What the exercise asks → Write out each line of the entries exactly, starting at the first and finishing with the line that contains "#10=(NAMED_UNIT(*)SI_UNIT($,.STERADIAN.)SOLID_ANGLE_UNIT());".

Material for this exercise →

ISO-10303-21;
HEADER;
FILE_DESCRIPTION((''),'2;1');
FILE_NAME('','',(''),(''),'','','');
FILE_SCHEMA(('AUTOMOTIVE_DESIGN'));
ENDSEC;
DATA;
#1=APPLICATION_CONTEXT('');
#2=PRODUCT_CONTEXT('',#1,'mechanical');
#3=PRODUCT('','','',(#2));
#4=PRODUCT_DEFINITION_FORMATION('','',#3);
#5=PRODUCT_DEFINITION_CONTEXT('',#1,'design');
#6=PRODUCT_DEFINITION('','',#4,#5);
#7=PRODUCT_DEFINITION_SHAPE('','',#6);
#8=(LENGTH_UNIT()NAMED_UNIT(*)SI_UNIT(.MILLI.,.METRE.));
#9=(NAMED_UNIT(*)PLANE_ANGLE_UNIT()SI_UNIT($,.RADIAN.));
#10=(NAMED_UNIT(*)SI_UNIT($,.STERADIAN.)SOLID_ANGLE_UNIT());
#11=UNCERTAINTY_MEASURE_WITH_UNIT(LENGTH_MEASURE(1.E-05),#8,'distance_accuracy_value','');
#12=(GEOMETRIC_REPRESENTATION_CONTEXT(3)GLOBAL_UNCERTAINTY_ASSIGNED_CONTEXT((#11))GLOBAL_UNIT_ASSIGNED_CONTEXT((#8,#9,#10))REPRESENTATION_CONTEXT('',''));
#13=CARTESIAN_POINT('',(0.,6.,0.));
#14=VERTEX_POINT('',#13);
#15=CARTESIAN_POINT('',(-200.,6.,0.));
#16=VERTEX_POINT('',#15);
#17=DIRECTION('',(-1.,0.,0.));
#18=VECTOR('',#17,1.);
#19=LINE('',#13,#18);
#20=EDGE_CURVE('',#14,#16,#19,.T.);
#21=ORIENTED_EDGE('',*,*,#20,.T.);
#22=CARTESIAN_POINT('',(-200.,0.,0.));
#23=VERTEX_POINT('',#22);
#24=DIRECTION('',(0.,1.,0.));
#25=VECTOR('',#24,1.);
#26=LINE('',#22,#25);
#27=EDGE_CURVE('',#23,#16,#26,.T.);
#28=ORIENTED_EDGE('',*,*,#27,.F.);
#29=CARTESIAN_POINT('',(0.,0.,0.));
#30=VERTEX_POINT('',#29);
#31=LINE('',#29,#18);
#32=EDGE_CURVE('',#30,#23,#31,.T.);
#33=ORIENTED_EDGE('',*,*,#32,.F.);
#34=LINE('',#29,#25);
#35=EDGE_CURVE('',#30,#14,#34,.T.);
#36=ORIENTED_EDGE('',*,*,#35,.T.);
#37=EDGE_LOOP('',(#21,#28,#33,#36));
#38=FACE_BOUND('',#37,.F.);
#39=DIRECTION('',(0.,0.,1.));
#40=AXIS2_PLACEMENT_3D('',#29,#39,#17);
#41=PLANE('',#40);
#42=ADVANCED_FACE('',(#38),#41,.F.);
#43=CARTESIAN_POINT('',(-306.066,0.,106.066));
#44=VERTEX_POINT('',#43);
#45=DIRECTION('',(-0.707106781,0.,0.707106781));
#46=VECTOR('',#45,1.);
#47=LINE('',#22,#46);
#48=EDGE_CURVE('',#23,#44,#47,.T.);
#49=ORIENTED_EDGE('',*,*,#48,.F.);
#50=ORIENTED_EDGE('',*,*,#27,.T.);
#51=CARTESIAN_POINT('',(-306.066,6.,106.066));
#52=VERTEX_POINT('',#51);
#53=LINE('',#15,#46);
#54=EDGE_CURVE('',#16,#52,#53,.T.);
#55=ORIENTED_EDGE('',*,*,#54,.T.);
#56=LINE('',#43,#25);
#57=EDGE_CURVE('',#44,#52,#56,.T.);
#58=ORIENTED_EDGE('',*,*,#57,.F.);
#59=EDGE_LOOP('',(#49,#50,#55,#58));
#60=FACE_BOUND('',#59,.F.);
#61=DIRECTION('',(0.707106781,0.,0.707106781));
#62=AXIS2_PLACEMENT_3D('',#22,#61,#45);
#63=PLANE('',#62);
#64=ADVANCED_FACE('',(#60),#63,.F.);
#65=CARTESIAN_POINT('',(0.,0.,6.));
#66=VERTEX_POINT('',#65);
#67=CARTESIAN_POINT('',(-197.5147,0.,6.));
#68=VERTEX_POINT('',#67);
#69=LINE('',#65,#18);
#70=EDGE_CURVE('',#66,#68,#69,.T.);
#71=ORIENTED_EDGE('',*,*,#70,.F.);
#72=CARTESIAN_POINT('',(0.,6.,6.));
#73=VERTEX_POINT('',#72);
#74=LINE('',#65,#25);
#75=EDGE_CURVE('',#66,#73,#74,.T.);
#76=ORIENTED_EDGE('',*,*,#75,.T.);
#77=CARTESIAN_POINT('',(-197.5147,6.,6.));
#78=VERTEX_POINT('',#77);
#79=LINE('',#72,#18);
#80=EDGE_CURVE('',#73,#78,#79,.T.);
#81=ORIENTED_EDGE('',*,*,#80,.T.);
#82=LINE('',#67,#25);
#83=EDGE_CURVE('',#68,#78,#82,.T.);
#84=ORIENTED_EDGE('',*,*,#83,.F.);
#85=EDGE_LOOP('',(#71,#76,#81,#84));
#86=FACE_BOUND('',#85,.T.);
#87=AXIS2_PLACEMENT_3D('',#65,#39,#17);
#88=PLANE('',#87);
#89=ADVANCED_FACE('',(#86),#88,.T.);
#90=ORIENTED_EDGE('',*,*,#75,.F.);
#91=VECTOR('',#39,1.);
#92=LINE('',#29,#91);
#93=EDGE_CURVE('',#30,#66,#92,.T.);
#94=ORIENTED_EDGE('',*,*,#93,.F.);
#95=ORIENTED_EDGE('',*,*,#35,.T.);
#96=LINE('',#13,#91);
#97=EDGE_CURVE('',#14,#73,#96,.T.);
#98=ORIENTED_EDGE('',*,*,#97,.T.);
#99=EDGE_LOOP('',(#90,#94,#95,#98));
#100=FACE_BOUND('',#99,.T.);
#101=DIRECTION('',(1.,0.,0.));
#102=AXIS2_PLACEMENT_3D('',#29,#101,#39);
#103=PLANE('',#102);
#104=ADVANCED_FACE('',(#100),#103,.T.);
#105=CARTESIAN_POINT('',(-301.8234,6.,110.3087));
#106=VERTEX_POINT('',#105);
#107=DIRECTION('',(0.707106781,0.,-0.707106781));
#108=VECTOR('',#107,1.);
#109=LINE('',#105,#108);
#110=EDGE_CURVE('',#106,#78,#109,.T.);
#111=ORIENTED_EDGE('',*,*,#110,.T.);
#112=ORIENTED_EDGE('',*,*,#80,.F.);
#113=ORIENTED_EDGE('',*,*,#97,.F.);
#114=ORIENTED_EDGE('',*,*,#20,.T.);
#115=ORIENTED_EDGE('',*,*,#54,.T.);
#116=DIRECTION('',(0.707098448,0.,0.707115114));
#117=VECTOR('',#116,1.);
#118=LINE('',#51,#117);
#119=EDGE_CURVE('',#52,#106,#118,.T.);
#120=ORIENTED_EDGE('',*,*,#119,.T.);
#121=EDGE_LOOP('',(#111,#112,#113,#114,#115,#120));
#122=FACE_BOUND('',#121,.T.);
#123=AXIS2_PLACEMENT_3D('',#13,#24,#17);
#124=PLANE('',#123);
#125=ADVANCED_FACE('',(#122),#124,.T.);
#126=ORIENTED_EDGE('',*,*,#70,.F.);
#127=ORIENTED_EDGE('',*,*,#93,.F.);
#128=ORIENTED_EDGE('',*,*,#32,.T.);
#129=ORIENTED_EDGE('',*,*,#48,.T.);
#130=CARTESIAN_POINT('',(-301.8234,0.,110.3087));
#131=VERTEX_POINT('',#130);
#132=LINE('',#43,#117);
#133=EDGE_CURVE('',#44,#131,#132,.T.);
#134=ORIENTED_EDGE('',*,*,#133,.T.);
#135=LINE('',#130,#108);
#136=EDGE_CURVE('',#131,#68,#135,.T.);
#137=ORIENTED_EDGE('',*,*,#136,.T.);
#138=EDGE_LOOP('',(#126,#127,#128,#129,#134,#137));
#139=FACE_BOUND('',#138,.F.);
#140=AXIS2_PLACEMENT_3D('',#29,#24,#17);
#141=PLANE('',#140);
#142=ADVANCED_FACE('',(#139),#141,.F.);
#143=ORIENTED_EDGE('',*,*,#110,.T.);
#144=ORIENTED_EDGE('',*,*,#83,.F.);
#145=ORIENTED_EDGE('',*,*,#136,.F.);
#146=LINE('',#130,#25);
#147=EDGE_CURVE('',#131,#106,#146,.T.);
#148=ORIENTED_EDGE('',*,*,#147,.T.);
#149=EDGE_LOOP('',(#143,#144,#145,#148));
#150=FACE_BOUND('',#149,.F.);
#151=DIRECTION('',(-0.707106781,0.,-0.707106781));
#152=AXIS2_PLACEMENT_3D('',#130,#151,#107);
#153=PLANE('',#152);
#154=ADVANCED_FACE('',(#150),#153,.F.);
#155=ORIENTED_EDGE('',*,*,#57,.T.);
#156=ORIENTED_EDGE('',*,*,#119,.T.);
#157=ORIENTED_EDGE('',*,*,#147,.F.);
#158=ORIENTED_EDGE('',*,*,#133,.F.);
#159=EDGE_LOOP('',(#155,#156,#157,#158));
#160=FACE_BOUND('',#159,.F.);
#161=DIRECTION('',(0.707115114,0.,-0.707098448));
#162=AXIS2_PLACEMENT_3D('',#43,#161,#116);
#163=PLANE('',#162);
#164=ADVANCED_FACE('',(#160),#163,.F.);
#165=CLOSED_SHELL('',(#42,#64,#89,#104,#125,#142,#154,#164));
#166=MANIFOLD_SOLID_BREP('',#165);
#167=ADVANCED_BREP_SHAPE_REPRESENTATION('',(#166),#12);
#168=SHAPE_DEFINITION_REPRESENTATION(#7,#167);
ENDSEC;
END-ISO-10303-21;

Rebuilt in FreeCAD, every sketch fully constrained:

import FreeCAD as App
import Part
import Sketcher
from FreeCAD import Vector
Q = App.Units.Quantity

doc = App.newDocument("Part")
body = doc.addObject("PartDesign::Body", "Body")

# Sketch on XZ plane
sketch1 = body.newObject("Sketcher::SketchObject", "Sketch")
sketch1.AttachmentSupport = (doc.getObject("XZ_Plane"), [""])
sketch1.MapMode = "FlatFace"
sketch1.addGeometry(Part.LineSegment(Vector(0, 6, 0), Vector(0, 0, 0)), False)
sketch1.addGeometry(Part.LineSegment(Vector(0, 0, 0), Vector(-200, 0, 0)), False)
sketch1.addGeometry(Part.LineSegment(Vector(-200, 0, 0), Vector(-306, 106, 0)), False)
sketch1.addGeometry(Part.LineSegment(Vector(-306, 106, 0), Vector(-302, 110, 0)), False)
sketch1.addGeometry(Part.LineSegment(Vector(-302, 110, 0), Vector(-198, 6, 0)), False)
sketch1.addGeometry(Part.LineSegment(Vector(-198, 6, 0), Vector(0, 6, 0)), False)
sketch1.addConstraint(Sketcher.Constraint("Coincident", 0, 2, 1, 1))
sketch1.addConstraint(Sketcher.Constraint("Coincident", 1, 2, 2, 1))
sketch1.addConstraint(Sketcher.Constraint("Coincident", 2, 2, 3, 1))
sketch1.addConstraint(Sketcher.Constraint("Coincident", 3, 2, 4, 1))
sketch1.addConstraint(Sketcher.Constraint("Coincident", 4, 2, 5, 1))
sketch1.addConstraint(Sketcher.Constraint("Coincident", 5, 2, 0, 1))
sketch1.addConstraint(Sketcher.Constraint("Vertical", 0))
sketch1.addConstraint(Sketcher.Constraint("Horizontal", 1))
sketch1.addConstraint(Sketcher.Constraint("Horizontal", 5))
sketch1.addConstraint(Sketcher.Constraint("Coincident", 0, 2, -1, 1))
sketch1.addConstraint(Sketcher.Constraint("Perpendicular", 2, 3))
sketch1.addConstraint(Sketcher.Constraint("Perpendicular", 3, 4))
sketch1.addConstraint(Sketcher.Constraint("DistanceX", 1, 2, 1, 1, Q("200 mm")))
sketch1.addConstraint(Sketcher.Constraint("DistanceY", 0, 2, 0, 1, Q("6 mm")))
sketch1.addConstraint(Sketcher.Constraint("Angle", 2, Q("135 deg")))
sketch1.addConstraint(Sketcher.Constraint("Distance", 2, Q("150 mm")))
sketch1.addConstraint(Sketcher.Constraint("Distance", 3, Q("6 mm")))
pad1 = body.newObject("PartDesign::Pad", "Pad")
pad1.Profile = sketch1
pad1.Length = 6
pad1.Reversed = True

doc.recompute()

Result below →
ISO-10303-21;
HEADER;
FILE_DESCRIPTION((''),'2;1');
FILE_NAME('','',(''),(''),'','','');
FILE_SCHEMA(('AUTOMOTIVE_DESIGN'));
ENDSEC;
DATA;
#1=APPLICATION_CONTEXT('');
#2=PRODUCT_CONTEXT('',#1,'mechanical');
#3=PRODUCT('','','',(#2));
#4=PRODUCT_DEFINITION_FORMATION('','',#3);
#5=PRODUCT_DEFINITION_CONTEXT('',#1,'design');
#6=PRODUCT_DEFINITION('','',#4,#5);
#7=PRODUCT_DEFINITION_SHAPE('','',#6);
#8=(LENGTH_UNIT()NAMED_UNIT(*)SI_UNIT(.MILLI.,.METRE.));
#9=(NAMED_UNIT(*)PLANE_ANGLE_UNIT()SI_UNIT($,.RADIAN.));
#10=(NAMED_UNIT(*)SI_UNIT($,.STERADIAN.)SOLID_ANGLE_UNIT());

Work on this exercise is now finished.